Segment Start: Given entries

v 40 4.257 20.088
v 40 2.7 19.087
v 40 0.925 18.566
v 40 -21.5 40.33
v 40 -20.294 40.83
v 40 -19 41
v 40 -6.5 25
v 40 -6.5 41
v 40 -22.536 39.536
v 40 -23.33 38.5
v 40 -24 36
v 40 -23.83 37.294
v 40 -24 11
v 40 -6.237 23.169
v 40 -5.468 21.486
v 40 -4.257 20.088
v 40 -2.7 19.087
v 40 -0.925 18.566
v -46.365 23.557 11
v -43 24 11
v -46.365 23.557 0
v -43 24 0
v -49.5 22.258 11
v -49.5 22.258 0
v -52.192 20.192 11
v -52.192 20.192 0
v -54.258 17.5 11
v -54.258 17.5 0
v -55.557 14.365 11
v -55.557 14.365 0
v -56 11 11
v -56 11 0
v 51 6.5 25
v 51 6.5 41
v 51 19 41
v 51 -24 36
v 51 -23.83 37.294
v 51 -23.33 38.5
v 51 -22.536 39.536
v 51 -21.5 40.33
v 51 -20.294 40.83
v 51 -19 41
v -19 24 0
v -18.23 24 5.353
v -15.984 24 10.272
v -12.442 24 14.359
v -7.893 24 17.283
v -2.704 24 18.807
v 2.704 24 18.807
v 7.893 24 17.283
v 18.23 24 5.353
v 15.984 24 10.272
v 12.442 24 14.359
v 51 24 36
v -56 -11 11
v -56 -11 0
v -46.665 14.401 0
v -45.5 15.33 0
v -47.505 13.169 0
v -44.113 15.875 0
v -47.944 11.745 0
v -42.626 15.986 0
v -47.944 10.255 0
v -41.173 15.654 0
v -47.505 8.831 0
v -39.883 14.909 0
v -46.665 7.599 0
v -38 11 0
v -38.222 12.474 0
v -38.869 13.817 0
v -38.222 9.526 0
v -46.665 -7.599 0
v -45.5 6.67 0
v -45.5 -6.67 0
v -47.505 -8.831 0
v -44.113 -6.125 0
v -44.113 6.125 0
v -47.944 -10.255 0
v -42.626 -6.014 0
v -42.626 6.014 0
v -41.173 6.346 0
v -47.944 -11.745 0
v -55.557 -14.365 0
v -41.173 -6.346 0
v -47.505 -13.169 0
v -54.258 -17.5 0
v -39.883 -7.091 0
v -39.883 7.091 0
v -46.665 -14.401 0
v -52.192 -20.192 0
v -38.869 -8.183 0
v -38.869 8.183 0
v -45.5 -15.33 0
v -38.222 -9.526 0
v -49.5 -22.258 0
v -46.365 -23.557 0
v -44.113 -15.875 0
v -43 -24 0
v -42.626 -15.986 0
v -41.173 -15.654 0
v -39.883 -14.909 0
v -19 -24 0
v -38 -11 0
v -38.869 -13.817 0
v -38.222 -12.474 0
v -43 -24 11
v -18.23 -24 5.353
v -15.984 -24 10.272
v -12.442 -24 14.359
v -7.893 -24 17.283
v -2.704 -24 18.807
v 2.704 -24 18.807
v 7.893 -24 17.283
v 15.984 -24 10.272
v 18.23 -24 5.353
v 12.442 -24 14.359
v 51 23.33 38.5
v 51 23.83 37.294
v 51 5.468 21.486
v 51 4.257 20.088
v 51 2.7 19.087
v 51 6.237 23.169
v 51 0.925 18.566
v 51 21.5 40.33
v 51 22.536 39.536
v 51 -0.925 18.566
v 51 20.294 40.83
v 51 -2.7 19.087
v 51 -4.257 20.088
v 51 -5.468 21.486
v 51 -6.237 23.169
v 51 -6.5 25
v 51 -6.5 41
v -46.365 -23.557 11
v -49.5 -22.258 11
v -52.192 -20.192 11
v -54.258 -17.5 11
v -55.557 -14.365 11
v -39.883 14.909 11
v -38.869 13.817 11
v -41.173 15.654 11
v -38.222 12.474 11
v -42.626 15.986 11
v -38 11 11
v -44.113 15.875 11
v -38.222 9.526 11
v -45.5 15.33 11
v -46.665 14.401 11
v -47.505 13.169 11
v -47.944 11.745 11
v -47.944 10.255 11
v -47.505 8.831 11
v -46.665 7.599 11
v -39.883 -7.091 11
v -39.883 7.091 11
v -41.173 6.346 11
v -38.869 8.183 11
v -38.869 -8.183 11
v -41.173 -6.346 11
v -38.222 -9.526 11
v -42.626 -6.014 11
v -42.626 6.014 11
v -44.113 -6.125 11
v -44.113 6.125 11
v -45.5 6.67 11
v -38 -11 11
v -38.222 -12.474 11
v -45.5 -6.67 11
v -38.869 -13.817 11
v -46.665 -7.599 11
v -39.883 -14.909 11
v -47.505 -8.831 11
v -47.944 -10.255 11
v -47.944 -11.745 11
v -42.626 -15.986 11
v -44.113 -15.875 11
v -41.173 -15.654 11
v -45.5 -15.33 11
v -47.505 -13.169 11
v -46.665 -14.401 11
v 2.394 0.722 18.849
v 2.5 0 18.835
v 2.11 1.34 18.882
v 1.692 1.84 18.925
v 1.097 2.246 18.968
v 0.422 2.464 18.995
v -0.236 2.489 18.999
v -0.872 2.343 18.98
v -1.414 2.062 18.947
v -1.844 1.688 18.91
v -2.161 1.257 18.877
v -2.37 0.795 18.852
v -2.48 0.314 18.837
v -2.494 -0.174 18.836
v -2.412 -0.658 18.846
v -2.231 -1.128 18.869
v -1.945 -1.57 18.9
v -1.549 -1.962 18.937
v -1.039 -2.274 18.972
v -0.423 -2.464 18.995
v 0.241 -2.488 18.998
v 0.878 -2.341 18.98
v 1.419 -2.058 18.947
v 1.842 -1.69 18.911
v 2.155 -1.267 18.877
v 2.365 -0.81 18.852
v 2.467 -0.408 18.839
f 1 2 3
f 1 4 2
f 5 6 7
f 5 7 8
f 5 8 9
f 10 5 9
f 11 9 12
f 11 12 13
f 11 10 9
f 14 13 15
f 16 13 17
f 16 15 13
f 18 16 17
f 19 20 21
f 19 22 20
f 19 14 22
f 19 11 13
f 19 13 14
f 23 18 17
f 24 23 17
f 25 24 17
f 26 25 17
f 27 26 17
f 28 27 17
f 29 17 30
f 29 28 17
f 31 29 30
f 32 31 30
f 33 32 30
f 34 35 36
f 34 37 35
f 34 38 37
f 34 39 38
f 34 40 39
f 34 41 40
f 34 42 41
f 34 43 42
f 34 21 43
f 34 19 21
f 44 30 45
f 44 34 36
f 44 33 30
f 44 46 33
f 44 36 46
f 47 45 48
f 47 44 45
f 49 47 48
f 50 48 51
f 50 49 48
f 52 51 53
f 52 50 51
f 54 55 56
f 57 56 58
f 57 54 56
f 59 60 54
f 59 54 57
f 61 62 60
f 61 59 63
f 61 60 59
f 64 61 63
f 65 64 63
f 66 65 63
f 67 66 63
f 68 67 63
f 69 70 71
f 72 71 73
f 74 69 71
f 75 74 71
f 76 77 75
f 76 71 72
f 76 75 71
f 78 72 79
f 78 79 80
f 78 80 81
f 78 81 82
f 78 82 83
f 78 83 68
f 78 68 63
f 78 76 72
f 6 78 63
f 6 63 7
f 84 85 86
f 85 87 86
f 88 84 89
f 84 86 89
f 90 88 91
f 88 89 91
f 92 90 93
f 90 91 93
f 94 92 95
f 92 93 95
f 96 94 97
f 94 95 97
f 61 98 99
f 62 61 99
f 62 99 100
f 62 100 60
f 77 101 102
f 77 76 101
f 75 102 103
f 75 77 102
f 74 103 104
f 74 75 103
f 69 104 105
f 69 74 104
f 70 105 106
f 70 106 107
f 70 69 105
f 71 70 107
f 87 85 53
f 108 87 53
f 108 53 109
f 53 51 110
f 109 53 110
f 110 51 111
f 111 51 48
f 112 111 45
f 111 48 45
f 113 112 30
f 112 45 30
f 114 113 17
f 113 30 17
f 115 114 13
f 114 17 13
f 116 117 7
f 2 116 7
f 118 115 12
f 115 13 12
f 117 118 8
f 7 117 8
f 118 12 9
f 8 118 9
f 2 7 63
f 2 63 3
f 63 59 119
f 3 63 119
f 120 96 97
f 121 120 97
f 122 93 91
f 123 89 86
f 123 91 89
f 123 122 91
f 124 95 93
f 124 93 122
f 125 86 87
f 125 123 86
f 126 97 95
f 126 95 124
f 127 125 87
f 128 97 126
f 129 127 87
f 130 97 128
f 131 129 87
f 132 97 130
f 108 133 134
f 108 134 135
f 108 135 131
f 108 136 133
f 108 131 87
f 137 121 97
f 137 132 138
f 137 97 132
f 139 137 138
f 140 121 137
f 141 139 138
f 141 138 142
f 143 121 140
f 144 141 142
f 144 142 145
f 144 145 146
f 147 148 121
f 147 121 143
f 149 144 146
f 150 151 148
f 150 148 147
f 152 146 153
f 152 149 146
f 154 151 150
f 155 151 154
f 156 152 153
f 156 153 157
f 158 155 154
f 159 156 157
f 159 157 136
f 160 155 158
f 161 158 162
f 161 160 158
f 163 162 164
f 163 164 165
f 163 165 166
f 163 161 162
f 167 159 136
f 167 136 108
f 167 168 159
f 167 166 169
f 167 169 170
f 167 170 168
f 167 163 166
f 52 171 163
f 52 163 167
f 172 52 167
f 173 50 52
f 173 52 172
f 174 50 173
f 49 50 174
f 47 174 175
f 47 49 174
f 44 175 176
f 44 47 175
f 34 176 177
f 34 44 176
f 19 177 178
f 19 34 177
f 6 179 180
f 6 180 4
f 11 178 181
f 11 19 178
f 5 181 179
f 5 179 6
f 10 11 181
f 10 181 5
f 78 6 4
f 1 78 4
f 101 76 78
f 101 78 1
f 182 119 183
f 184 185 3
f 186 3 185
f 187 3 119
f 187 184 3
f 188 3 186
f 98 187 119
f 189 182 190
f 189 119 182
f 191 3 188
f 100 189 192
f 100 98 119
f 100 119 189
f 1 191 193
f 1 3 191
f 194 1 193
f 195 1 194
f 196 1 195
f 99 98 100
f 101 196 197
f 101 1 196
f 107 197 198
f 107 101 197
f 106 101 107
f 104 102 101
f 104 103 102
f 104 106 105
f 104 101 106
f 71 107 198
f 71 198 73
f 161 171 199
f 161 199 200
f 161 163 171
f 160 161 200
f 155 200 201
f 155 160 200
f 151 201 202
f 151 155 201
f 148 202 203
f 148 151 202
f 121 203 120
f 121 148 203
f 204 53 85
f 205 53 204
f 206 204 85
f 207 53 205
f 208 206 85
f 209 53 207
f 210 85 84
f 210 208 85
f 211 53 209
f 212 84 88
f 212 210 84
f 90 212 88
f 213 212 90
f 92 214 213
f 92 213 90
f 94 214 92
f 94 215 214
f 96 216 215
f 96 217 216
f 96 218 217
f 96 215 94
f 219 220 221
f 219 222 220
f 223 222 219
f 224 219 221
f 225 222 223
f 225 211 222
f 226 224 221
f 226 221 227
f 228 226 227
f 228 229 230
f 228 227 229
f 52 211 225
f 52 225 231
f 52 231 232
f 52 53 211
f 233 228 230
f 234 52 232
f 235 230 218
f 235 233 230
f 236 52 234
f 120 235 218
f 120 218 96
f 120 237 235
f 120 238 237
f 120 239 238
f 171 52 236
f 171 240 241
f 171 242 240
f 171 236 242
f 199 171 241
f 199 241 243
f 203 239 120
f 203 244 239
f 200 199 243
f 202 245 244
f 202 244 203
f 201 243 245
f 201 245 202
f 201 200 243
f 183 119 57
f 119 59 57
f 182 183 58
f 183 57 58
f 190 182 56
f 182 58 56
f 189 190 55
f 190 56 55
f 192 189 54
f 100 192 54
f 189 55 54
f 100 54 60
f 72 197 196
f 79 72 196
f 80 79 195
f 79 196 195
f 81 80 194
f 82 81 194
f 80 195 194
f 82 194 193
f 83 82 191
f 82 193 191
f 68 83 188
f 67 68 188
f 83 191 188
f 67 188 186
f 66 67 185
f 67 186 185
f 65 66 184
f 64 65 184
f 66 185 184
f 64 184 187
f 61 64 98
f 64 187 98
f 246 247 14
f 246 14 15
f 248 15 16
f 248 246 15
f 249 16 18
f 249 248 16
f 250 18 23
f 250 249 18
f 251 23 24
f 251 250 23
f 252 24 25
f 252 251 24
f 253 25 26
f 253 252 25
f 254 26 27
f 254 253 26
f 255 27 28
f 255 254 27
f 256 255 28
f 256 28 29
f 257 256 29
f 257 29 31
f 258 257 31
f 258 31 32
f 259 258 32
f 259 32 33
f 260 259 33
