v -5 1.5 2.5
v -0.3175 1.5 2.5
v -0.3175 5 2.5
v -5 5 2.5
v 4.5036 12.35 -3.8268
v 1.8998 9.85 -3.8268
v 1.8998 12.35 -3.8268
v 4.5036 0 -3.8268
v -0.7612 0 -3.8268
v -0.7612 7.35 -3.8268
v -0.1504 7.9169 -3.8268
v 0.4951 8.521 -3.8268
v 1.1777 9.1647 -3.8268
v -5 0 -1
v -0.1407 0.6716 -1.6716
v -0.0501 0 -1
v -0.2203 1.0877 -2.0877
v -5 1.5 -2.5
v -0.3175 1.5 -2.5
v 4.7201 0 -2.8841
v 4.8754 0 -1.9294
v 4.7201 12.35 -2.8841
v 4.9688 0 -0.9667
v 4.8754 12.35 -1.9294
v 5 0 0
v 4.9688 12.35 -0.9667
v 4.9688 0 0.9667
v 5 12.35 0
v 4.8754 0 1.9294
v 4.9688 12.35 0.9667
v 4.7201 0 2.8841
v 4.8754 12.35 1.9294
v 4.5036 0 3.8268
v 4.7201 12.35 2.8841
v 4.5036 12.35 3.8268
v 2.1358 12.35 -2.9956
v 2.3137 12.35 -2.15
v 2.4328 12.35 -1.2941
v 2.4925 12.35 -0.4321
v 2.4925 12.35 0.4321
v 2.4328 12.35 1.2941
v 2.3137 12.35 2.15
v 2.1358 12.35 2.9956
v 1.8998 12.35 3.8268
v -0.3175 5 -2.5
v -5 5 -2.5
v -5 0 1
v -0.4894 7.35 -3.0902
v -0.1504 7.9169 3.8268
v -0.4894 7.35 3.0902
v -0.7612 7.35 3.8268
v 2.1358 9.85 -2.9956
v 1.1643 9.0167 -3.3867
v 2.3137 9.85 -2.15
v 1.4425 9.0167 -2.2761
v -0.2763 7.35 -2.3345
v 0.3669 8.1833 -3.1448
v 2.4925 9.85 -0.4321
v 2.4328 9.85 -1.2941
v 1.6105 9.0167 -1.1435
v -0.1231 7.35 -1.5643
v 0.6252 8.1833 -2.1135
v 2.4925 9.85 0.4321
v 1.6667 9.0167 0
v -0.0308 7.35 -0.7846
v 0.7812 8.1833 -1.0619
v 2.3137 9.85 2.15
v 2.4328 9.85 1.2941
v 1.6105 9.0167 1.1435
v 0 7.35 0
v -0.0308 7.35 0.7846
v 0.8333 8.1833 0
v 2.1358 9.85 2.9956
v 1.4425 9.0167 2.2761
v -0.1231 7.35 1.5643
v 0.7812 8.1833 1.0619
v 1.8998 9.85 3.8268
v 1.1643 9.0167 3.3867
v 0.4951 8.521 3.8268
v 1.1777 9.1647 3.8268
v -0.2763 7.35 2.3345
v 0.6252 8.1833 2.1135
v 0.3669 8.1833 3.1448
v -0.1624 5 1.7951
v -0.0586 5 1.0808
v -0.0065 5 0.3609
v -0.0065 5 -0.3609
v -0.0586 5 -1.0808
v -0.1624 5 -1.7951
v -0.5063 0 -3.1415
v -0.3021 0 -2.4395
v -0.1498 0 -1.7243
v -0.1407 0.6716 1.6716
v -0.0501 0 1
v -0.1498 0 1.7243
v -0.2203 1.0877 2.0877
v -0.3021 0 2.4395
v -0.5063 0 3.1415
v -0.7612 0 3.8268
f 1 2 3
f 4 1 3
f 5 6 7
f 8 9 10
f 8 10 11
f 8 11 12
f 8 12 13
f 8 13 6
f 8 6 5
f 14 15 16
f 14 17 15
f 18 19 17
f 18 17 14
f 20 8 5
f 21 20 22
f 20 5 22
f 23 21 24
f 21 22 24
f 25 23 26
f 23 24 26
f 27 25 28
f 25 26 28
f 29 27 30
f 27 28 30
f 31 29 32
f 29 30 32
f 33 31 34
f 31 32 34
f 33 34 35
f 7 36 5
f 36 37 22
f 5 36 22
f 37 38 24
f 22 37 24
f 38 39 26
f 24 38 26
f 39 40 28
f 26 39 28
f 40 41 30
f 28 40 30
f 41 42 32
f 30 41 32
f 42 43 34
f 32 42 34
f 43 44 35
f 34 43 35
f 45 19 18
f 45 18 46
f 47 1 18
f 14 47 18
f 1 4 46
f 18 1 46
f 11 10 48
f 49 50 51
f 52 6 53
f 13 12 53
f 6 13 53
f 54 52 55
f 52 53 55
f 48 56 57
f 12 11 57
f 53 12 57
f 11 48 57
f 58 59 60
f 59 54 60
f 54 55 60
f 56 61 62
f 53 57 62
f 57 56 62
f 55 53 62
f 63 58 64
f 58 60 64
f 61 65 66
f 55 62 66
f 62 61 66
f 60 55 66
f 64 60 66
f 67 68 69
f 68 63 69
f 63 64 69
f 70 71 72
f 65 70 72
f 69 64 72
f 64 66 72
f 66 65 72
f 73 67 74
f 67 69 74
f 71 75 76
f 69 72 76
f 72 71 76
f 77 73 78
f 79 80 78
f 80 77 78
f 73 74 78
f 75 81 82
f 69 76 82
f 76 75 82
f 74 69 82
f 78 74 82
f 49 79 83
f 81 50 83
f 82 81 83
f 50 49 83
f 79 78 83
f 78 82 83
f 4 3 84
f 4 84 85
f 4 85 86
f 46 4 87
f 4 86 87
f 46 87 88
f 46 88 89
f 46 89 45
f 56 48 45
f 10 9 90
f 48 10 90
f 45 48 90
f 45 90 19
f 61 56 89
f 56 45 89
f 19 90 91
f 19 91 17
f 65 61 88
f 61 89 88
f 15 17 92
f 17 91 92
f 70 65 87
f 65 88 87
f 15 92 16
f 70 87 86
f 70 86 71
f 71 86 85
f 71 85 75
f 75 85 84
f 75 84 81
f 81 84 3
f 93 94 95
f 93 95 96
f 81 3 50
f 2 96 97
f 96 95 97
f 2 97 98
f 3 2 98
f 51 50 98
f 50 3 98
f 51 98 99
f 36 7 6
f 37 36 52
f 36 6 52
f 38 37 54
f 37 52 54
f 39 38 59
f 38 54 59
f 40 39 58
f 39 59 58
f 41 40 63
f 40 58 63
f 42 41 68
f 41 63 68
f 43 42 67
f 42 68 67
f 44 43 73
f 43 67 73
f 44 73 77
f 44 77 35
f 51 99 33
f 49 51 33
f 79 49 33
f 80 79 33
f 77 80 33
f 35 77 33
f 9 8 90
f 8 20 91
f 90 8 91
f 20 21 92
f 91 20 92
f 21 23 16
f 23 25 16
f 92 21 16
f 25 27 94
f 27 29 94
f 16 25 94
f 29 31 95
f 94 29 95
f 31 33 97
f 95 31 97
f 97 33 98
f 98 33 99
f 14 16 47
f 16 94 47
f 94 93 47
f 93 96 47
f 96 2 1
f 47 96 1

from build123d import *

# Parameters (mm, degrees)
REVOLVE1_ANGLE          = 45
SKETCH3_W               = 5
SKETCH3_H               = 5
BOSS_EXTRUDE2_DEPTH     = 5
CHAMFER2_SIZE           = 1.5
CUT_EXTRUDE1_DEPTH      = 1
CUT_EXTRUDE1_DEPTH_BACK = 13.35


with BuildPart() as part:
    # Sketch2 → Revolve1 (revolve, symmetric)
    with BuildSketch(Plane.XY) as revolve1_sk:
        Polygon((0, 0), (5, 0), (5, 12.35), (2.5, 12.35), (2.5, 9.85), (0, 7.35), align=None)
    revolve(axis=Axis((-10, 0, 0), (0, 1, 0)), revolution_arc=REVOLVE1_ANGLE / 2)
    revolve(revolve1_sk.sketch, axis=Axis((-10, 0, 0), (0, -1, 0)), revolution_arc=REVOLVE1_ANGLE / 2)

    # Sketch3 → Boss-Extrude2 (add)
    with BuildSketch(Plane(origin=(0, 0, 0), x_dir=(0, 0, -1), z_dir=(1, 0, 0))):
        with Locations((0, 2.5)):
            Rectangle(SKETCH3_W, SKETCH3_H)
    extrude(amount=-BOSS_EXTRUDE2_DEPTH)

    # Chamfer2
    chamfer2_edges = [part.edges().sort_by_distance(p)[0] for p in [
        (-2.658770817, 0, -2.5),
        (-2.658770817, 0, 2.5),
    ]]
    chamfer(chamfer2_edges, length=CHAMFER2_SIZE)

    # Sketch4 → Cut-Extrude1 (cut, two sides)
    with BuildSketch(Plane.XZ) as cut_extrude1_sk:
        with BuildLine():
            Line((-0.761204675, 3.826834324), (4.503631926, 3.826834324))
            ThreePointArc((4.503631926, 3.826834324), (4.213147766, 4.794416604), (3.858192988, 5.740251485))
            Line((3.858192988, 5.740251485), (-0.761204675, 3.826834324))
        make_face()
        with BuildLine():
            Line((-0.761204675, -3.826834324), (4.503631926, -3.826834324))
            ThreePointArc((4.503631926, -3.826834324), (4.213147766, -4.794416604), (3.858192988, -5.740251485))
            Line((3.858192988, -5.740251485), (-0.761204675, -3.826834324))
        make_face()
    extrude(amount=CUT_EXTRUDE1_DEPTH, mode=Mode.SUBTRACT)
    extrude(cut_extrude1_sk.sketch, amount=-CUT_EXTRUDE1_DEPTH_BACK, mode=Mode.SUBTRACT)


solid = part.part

Segment End: Given entries

Brief
All that is wanted is a faithful reproduction of the line above with "f 11 178 181", the line with "f 203 239 120", and every line in between.

Problem solution
f 11 178 181
f 11 19 178
f 5 181 179
f 5 179 6
f 10 11 181
f 10 181 5
f 78 6 4
f 1 78 4
f 101 76 78
f 101 78 1
f 182 119 183
f 184 185 3
f 186 3 185
f 187 3 119
f 187 184 3
f 188 3 186
f 98 187 119
f 189 182 190
f 189 119 182
f 191 3 188
f 100 189 192
f 100 98 119
f 100 119 189
f 1 191 193
f 1 3 191
f 194 1 193
f 195 1 194
f 196 1 195
f 99 98 100
f 101 196 197
f 101 1 196
f 107 197 198
f 107 101 197
f 106 101 107
f 104 102 101
f 104 103 102
f 104 106 105
f 104 101 106
f 71 107 198
f 71 198 73
f 161 171 199
f 161 199 200
f 161 163 171
f 160 161 200
f 155 200 201
f 155 160 200
f 151 201 202
f 151 155 201
f 148 202 203
f 148 151 202
f 121 203 120
f 121 148 203
f 204 53 85
f 205 53 204
f 206 204 85
f 207 53 205
f 208 206 85
f 209 53 207
f 210 85 84
f 210 208 85
f 211 53 209
f 212 84 88
f 212 210 84
f 90 212 88
f 213 212 90
f 92 214 213
f 92 213 90
f 94 214 92
f 94 215 214
f 96 216 215
f 96 217 216
f 96 218 217
f 96 215 94
f 219 220 221
f 219 222 220
f 223 222 219
f 224 219 221
f 225 222 223
f 225 211 222
f 226 224 221
f 226 221 227
f 228 226 227
f 228 229 230
f 228 227 229
f 52 211 225
f 52 225 231
f 52 231 232
f 52 53 211
f 233 228 230
f 234 52 232
f 235 230 218
f 235 233 230
f 236 52 234
f 120 235 218
f 120 218 96
f 120 237 235
f 120 238 237
f 120 239 238
f 171 52 236
f 171 240 241
f 171 242 240
f 171 236 242
f 199 171 241
f 199 241 243
f 203 239 120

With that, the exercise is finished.